The concentration of bacteria in the gut is maintained by various factors such as movement of intestinal contents (peristalsis), stomach acid production and mucus. In individuals with Bacterial Gut Overload Syndrome, some of these factors may be altered which allows gut bacteria to proliferate and leads to malabsorption of ingested nutrients and other symptoms.
The cause of intestinal bacterial overgrowth syndrome is not yet clear.

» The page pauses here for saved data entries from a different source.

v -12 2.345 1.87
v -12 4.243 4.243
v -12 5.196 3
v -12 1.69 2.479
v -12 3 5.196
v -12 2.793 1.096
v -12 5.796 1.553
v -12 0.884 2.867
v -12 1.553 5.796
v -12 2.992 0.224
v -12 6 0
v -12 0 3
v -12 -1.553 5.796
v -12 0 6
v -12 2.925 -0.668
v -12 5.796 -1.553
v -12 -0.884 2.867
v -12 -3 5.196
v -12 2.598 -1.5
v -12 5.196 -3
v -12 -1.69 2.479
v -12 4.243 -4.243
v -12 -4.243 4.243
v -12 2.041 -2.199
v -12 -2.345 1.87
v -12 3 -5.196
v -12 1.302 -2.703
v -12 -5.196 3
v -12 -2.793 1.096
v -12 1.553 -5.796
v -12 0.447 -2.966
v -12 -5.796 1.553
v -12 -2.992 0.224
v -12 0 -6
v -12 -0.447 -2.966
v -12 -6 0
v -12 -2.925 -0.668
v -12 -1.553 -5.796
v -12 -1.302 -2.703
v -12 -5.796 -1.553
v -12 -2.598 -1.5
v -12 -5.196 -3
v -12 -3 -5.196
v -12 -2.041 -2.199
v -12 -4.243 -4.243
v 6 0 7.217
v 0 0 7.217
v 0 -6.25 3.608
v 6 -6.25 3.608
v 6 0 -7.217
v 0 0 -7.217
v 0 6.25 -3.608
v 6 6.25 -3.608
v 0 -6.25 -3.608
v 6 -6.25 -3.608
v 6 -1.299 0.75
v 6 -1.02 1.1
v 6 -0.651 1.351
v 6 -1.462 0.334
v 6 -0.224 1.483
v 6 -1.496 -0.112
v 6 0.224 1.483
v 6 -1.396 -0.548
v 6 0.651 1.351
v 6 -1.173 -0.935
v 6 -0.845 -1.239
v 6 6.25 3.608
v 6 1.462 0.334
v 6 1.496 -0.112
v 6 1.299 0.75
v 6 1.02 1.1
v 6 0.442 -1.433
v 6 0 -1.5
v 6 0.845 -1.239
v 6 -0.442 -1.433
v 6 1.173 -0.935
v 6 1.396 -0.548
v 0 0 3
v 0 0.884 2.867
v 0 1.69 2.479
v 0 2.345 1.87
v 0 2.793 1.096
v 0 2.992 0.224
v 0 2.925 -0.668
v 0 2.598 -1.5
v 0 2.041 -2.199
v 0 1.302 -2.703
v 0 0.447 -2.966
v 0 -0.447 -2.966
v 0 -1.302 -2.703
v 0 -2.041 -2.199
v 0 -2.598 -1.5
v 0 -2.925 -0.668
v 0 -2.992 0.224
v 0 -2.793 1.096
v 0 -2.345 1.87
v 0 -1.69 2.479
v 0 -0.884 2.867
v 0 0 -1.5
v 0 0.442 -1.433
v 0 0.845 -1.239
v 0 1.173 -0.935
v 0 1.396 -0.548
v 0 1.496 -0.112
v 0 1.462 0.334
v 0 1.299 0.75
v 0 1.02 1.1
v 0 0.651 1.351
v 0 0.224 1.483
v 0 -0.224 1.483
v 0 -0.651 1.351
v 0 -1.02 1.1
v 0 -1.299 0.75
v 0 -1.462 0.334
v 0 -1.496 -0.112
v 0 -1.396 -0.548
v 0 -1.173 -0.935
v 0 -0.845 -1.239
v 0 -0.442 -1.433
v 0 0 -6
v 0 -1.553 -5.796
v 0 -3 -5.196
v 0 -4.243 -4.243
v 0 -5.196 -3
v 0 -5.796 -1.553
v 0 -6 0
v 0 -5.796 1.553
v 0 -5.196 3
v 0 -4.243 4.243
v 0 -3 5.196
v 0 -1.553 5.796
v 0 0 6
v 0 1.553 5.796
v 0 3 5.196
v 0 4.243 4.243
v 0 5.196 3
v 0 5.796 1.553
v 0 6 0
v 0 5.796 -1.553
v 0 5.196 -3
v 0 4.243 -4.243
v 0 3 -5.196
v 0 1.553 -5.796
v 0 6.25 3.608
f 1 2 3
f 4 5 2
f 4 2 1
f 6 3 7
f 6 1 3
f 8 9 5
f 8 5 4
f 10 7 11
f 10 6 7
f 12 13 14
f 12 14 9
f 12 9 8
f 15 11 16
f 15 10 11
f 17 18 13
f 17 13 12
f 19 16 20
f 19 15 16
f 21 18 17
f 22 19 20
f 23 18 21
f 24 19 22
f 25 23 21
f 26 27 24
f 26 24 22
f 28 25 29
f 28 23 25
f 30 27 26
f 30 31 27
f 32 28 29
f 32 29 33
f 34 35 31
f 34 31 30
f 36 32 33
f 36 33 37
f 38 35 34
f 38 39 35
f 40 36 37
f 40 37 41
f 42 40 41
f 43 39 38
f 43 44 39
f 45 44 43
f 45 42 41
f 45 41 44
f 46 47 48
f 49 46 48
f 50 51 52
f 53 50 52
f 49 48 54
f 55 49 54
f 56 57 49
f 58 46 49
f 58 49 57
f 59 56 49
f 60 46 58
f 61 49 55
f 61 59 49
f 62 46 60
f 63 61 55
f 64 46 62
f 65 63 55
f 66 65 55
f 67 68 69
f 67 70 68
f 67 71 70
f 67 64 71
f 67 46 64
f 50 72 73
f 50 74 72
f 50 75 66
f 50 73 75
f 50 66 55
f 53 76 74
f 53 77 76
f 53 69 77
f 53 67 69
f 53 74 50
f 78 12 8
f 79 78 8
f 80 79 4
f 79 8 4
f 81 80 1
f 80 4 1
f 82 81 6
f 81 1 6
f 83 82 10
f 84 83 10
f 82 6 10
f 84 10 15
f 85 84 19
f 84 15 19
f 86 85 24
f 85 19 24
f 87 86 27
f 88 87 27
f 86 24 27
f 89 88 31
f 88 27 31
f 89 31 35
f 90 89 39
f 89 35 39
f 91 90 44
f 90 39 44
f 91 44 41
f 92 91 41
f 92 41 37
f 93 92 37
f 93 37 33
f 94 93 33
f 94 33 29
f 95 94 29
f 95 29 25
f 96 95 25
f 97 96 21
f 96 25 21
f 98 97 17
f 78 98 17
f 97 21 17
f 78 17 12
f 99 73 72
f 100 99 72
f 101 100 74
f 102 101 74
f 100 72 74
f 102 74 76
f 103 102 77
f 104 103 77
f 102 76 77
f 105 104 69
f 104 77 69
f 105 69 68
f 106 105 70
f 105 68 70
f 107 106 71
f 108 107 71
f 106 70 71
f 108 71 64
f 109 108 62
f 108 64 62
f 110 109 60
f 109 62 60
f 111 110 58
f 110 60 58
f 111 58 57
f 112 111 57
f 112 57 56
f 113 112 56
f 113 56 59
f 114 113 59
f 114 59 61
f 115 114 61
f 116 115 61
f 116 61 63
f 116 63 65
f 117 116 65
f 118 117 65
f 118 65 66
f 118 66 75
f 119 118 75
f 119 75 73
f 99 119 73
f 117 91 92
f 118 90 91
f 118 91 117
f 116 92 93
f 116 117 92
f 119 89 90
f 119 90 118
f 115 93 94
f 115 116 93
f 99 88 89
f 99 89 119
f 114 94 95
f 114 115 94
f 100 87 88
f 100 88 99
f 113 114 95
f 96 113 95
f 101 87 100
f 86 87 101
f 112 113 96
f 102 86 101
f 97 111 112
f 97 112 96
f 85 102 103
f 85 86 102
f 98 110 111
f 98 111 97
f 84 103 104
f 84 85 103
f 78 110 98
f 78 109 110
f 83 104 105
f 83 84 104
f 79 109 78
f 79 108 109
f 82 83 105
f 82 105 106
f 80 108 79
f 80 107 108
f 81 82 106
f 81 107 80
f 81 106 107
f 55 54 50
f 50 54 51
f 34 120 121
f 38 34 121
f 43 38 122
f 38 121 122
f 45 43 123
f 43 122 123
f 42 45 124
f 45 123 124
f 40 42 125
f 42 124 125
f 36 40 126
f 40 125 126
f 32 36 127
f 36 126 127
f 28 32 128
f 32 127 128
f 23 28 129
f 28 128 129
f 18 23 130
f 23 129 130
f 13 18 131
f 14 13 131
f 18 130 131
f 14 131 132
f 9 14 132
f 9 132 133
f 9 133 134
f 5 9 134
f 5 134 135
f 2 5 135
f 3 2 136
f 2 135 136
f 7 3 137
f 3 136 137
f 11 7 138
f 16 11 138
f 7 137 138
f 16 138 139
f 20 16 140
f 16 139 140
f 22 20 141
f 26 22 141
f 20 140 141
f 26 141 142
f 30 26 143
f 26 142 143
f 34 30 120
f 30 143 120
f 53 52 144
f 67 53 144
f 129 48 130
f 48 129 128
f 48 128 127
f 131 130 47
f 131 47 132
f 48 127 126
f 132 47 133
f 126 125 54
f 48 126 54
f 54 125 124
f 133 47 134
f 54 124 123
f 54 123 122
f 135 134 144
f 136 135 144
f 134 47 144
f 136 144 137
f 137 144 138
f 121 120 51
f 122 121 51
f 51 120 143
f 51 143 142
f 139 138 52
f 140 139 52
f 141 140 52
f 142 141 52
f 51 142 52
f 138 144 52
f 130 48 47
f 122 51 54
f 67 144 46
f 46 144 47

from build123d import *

# Parameters (mm, degrees)
BOSS_EXTRUDE1_DEPTH = 6
SKETCH2_R           = 6
BOSS_EXTRUDE2_DEPTH = 12
SKETCH3_R           = 3
CUT_EXTRUDE1_DEPTH  = 12
SKETCH4_R           = 1.5
CUT_EXTRUDE2_DEPTH  = 21.375127811


with BuildPart() as part:
    # Sketch1 → Boss-Extrude1 (new body)
    with BuildSketch(Plane(origin=(0, 0, 0), x_dir=(0, 0, -1), z_dir=(1, 0, 0))):
        Polygon((7.216878365, 0), (3.608439182, 6.25), (-3.608439182, 6.25), (-7.216878365, 0), (-3.608439182, -6.25), (3.608439182, -6.25), align=None)
    extrude(amount=BOSS_EXTRUDE1_DEPTH)

    # Sketch2 → Boss-Extrude2 (add)
    with BuildSketch(Plane.ZY):
        with Locations(Location((0, 0, 0), (0, 0, 180))):
            Circle(SKETCH2_R)
    extrude(amount=BOSS_EXTRUDE2_DEPTH)

    # Sketch3 → Cut-Extrude1 (cut)
    with BuildSketch(Plane.ZY.offset(12)):
        Circle(SKETCH3_R)
    extrude(amount=-CUT_EXTRUDE1_DEPTH, mode=Mode.SUBTRACT)

    # Sketch4 → Cut-Extrude2 (cut, through all)
    with BuildSketch(Plane(origin=(6, 0, 0), x_dir=(0, 0, -1), z_dir=(1, 0, 0))):
        Circle(SKETCH4_R)
    extrude(amount=-CUT_EXTRUDE2_DEPTH, mode=Mode.SUBTRACT)


solid = part.part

It could be caused by disorders that decrease or slow down the movement of intestinal contents, reduce the passage of excess bacteria and therefore allow certain bacteria normally present in the intestine to proliferate. The causes of this syndrome could be grouped into 4 categories:
They can occur during long-term treatment with proton pump inhibitors (often prescribed to relieve gastric reflux).
Anomalies and / or anatomical changes in the stomach and / or small intestine
They can be caused by diseases such as diverticulosis or occur after surgery such as gastrectomy.
Bowel movement disorders
They can be caused by different diseases like scleroderma, diabetes mellitus, chronic pancreatitis, hypothyroidism, etc. This is because diabetes is the most common cause of slow bowel movements.

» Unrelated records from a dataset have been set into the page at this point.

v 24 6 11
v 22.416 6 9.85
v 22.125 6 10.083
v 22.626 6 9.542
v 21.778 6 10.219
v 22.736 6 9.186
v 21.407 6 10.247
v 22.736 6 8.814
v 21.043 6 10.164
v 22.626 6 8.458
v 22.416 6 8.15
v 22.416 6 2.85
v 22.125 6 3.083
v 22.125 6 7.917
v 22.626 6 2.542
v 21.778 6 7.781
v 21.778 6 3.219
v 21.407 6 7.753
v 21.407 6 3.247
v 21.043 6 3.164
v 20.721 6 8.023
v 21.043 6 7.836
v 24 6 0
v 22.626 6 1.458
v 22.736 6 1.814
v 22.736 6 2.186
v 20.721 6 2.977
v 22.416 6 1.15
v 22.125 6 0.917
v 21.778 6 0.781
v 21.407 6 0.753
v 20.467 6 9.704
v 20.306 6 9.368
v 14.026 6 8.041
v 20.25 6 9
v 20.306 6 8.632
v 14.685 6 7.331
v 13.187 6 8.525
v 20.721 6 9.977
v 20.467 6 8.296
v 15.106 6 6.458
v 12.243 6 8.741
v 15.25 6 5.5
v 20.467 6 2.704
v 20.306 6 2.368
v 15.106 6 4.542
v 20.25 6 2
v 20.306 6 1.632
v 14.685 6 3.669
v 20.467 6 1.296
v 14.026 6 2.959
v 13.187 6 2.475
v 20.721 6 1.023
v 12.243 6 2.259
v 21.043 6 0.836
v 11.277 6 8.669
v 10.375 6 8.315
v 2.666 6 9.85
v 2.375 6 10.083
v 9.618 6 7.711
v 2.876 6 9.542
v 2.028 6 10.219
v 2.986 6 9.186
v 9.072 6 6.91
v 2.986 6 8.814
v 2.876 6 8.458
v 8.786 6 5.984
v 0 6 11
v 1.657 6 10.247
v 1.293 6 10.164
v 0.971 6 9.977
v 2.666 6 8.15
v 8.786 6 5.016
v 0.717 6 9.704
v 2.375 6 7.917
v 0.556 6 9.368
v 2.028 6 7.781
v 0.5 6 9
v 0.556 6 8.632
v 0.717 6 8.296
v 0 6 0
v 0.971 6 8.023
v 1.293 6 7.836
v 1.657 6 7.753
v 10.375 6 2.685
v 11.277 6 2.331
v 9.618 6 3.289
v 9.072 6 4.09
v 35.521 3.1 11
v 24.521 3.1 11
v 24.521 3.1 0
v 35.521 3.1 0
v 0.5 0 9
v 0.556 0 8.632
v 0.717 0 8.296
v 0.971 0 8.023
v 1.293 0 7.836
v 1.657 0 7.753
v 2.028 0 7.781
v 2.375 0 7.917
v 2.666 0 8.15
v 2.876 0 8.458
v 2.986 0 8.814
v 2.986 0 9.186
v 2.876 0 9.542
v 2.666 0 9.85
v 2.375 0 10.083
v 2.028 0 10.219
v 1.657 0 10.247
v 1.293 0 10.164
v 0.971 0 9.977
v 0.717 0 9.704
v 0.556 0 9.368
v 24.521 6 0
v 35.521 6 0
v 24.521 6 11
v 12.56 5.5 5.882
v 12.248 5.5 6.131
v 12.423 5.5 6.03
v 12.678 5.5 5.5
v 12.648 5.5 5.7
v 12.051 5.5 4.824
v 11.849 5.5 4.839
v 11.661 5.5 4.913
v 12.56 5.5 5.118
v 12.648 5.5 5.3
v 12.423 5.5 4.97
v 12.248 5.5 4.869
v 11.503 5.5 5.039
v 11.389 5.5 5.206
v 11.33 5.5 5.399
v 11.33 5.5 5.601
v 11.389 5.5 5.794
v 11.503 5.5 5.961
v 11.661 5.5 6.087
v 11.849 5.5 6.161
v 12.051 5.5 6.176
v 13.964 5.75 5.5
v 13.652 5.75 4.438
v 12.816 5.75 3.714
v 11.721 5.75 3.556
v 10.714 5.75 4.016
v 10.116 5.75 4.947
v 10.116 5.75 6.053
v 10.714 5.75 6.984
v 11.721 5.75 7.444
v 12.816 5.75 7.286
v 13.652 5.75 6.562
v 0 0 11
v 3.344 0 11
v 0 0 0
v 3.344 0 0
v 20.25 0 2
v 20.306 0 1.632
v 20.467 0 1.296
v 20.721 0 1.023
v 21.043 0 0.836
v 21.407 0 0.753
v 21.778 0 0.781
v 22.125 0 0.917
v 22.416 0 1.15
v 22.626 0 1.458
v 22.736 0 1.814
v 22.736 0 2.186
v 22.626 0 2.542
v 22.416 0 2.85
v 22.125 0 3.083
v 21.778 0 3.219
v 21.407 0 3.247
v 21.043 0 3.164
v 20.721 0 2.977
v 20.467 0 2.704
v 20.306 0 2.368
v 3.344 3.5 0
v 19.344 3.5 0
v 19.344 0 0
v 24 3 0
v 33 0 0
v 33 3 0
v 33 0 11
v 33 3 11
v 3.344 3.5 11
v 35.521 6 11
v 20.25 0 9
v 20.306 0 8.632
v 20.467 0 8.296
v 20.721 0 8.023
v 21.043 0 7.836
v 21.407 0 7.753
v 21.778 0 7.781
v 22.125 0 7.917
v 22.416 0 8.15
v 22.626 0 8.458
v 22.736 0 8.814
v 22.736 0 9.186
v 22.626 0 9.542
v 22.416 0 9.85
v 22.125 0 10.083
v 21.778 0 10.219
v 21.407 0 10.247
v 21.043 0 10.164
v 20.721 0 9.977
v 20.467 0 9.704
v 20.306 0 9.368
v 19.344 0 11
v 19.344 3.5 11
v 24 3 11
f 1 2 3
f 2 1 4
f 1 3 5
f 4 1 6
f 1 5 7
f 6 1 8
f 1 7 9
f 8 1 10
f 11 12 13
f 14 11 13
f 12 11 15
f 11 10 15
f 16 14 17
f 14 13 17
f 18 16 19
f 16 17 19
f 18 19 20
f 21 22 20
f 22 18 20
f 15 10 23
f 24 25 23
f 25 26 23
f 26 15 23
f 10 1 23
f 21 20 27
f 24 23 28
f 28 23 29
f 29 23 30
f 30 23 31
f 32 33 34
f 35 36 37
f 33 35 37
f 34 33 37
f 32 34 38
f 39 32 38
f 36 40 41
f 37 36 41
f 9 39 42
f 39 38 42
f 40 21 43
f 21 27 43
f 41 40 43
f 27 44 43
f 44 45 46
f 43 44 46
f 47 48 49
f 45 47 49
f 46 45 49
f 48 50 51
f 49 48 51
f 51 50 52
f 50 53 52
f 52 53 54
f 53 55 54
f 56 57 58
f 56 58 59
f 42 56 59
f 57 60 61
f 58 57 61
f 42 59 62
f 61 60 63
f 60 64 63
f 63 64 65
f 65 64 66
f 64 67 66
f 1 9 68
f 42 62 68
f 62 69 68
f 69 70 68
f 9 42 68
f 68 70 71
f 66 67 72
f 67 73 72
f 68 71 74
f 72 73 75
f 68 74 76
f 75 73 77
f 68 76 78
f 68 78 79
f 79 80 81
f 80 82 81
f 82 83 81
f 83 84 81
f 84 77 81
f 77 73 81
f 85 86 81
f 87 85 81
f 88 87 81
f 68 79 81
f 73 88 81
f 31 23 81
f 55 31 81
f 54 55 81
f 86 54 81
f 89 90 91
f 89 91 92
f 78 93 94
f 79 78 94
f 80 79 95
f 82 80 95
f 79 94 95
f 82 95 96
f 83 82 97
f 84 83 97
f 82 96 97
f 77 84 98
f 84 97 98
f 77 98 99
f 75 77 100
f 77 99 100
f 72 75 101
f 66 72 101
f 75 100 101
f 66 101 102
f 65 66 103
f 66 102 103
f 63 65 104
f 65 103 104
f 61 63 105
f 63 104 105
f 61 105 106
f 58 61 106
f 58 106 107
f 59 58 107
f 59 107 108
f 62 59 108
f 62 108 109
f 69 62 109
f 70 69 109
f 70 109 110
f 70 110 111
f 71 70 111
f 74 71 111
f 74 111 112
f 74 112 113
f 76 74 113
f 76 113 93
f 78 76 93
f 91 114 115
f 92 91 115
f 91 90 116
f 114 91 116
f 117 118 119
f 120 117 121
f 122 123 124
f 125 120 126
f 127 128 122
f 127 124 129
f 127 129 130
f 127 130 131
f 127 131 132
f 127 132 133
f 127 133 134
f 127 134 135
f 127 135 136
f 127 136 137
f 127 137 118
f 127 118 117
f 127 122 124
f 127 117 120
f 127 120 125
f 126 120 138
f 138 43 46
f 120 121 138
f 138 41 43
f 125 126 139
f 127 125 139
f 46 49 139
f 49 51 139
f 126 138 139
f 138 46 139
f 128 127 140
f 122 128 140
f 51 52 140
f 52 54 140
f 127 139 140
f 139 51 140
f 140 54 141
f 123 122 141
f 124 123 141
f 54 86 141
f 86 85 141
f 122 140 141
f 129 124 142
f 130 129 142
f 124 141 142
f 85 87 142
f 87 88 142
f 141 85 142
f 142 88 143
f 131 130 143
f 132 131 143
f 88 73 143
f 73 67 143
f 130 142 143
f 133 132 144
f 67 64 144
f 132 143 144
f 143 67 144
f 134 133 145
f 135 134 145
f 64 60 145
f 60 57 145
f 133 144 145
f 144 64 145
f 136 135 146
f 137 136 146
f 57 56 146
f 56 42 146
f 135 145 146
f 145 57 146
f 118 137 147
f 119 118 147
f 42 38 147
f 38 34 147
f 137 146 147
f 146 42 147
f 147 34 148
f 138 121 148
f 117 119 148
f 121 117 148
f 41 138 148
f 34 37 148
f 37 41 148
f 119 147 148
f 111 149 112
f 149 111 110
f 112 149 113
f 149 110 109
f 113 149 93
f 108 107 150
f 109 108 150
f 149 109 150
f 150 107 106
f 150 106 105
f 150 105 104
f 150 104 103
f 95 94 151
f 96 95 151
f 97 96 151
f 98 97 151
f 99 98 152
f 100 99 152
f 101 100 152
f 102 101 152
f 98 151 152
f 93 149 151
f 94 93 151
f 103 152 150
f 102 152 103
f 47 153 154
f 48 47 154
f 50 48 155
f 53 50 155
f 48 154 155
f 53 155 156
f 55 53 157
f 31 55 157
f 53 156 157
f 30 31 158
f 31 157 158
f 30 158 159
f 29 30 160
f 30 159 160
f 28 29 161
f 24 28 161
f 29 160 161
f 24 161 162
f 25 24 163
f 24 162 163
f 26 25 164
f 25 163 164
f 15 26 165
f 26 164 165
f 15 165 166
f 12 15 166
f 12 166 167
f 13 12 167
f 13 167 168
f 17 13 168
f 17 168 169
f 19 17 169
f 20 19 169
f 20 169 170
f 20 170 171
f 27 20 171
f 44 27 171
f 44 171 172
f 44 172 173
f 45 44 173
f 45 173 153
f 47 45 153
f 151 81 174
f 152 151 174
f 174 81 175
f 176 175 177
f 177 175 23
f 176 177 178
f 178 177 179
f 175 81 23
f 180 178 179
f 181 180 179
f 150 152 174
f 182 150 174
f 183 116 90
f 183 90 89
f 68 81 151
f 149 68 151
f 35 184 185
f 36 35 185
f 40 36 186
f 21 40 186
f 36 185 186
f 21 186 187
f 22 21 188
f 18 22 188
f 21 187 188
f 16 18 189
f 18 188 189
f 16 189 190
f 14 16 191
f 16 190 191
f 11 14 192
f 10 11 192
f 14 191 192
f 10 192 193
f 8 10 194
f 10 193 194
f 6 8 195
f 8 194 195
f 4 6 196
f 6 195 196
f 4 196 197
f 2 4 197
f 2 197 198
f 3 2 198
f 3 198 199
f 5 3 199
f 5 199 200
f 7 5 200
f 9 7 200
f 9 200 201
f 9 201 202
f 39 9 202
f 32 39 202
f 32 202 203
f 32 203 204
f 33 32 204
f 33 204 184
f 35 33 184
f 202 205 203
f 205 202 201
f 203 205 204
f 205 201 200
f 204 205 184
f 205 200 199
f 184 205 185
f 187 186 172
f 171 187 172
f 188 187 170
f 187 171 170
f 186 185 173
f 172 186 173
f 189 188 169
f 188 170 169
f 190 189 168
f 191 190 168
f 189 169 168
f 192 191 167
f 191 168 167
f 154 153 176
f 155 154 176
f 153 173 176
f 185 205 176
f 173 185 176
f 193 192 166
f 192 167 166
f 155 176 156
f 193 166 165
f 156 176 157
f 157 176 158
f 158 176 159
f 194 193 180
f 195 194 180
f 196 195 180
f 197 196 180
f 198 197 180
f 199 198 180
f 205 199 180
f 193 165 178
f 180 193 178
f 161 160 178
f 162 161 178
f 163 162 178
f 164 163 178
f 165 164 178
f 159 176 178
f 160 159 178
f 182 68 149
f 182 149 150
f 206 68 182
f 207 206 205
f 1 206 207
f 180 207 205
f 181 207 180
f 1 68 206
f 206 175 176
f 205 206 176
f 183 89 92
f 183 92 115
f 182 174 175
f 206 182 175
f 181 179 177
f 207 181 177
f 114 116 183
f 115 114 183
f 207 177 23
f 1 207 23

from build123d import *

# Parameters (mm, degrees)
BOSS_EXTRUDE1_DEPTH        = 11
F_2_5_2_5_DIAMETER_HOLE1_D = 2.5
SKETCH5_W                  = 11
SKETCH5_H                  = 2.9
BOSS_EXTRUDE2_DEPTH        = 11
SKETCH6_R                  = 3.25
CUT_EXTRUDE1_DEPTH         = 0.5
CUT_EXTRUDE1_DRAFT         = -79


with BuildPart() as part:
    # Sketch1 → Boss-Extrude1 (new body)
    with BuildSketch(Plane.XY):
        Polygon((19.343787585, 0), (24, 0), (33, 0), (33, 3), (24, 3), (24, 6), (0, 6), (0, 0), (3.343787585, 0), (3.343787585, 3.5), (19.343787585, 3.5), align=None)
    extrude(amount=BOSS_EXTRUDE1_DEPTH)

    # Ø2.5 (2.5) Diameter Hole1 (through all)
    with Locations(Plane(origin=(0, 6, 0), x_dir=(1, 0, 0), z_dir=(0, 1, 0))):
        with Locations((1.75, -9), (21.5, -2), (21.5, -9)):
            Hole(F_2_5_2_5_DIAMETER_HOLE1_D / 2)


with BuildPart() as body_2:
    # Sketch5 → Boss-Extrude2 (new body)
    with BuildSketch(Plane.XY.offset(11)):
        with Locations((30.021128577, 4.55)):
            Rectangle(SKETCH5_W, SKETCH5_H)
    extrude(amount=-BOSS_EXTRUDE2_DEPTH)


with BuildPart() as cut_extrude1_tool:
    # Sketch6 → Cut-Extrude1 (with draft: the straight prism first)
    with BuildSketch(Plane(origin=(0, 6, 0), x_dir=(1, 0, 0), z_dir=(0, 1, 0))):
        with Locations((12, -5.5)):
            Circle(SKETCH6_R)
    extrude(amount=-CUT_EXTRUDE1_DEPTH)
    # Cut-Extrude1: the draft: its side faces are tilted about the plane it starts from
    cut_extrude1_sides = [cut_extrude1_tool.faces().sort_by_distance(p)[0] for p in [
        (8.75, 5.75, 5.5),
    ]]
    draft(cut_extrude1_sides, Plane(origin=(0, 6, 0), x_dir=(1, 0, 0), z_dir=(0, 1, 0)), CUT_EXTRUDE1_DRAFT)


with BuildPart() as part_1:
    add(part.part)

    # Cut-Extrude1: cut by cut_extrude1_tool
    add(cut_extrude1_tool.part, mode=Mode.SUBTRACT)


solid = Compound([body_2.part, part_1.part])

Irritable bowel syndrome and celiac disease are also fairly high prevalence factors for SIBO.
Lack of gastric acid secretion (achlorhydria)
Associated with bowel movement disorders, it can cause bacterial overgrowth, especially in the elderly.
Symptoms of bacterial overgrowth syndrome may include extradigestive symptoms such as chronic fatigue or trouble concentrating, headache, joint pain, eczema, asthma rosacea, depression
Of course, there are digestive symptoms, such as abdominal pain, bloating, gas, belching, nausea, reflux, constipation, diarrhea or steatorrhea (oily diarrhea). This is because excess intestinal bacteria alter the bile salts involved in the digestion of lipids, which leads to malabsorption of fat and can be the cause of steatorrhea, or even anemia.
However, many people with this syndrome are asymptomatic and only show weight loss or nutritional deficiencies. This is because the bacteria present in excess consume the nutrients ingested, in particular carbohydrates and vitamin B12, which can lead to deficiencies in calories, vitamins and minerals.
Currently, the gold standard diagnostic test for bacterial overgrowth syndrome is culture of a sample of intestinal fluid with a bacterial concentration greater than 105bacteria / mL. However, this test has certain limitations. Indeed, this test is invasive since it requires an endoscopy, it is expensive, it carries risks of contamination, it may not detect the syndrome if it is present in a more distant section of the small intestine and the culture intestinal bacteria can be difficult. To overcome these drawbacks, indirect detection methods for the syndrome have been developed.
For example, there are now non-invasive respiratory tests, but these tests are also less sensitive and less specific. Therefore, more research is needed to develop less invasive diagnostic methods for intestinal bacterial overgrowth syndrome.
Medical treatment for bacterial overgrowth syndrome includes antibiotics, such as rifaximin or metronidazole, and dietary modifications. One third of patients are believed to be cured with just one prescription for antibiotics. However, recurrences are still frequent, as the cause of the onset of SIBO must also be addressed. The challenge for gastroenterologists is to deal with the underlying dysfunction, which causes bacteria to overgrow. In some cases, unfortunately, this is almost impossible. However, it is possible to treat with antibiotics more than once, and some drugs can also help speed up small intestine motility. Also, gastroenterologists suggest probiotic cures as well as alow FODMAP diet to help patients regain digestive comfort.
The nutritional approach to bacterial overgrowth syndrome involves modification of the diet. Indeed, adopting a diet low in carbohydrates (the FODMAP diet) and high in fat is generally recommended. This diet may be beneficial in limiting digestive symptoms and malabsorption since gut bacteria primarily consume carbohydrates at the expense of fat. This diet thus makes it possible to limit bacterial growth. Finally,food supplements quality can also be used to prevent or correct nutritional deficiencies in calories, vitamins, minerals, etc.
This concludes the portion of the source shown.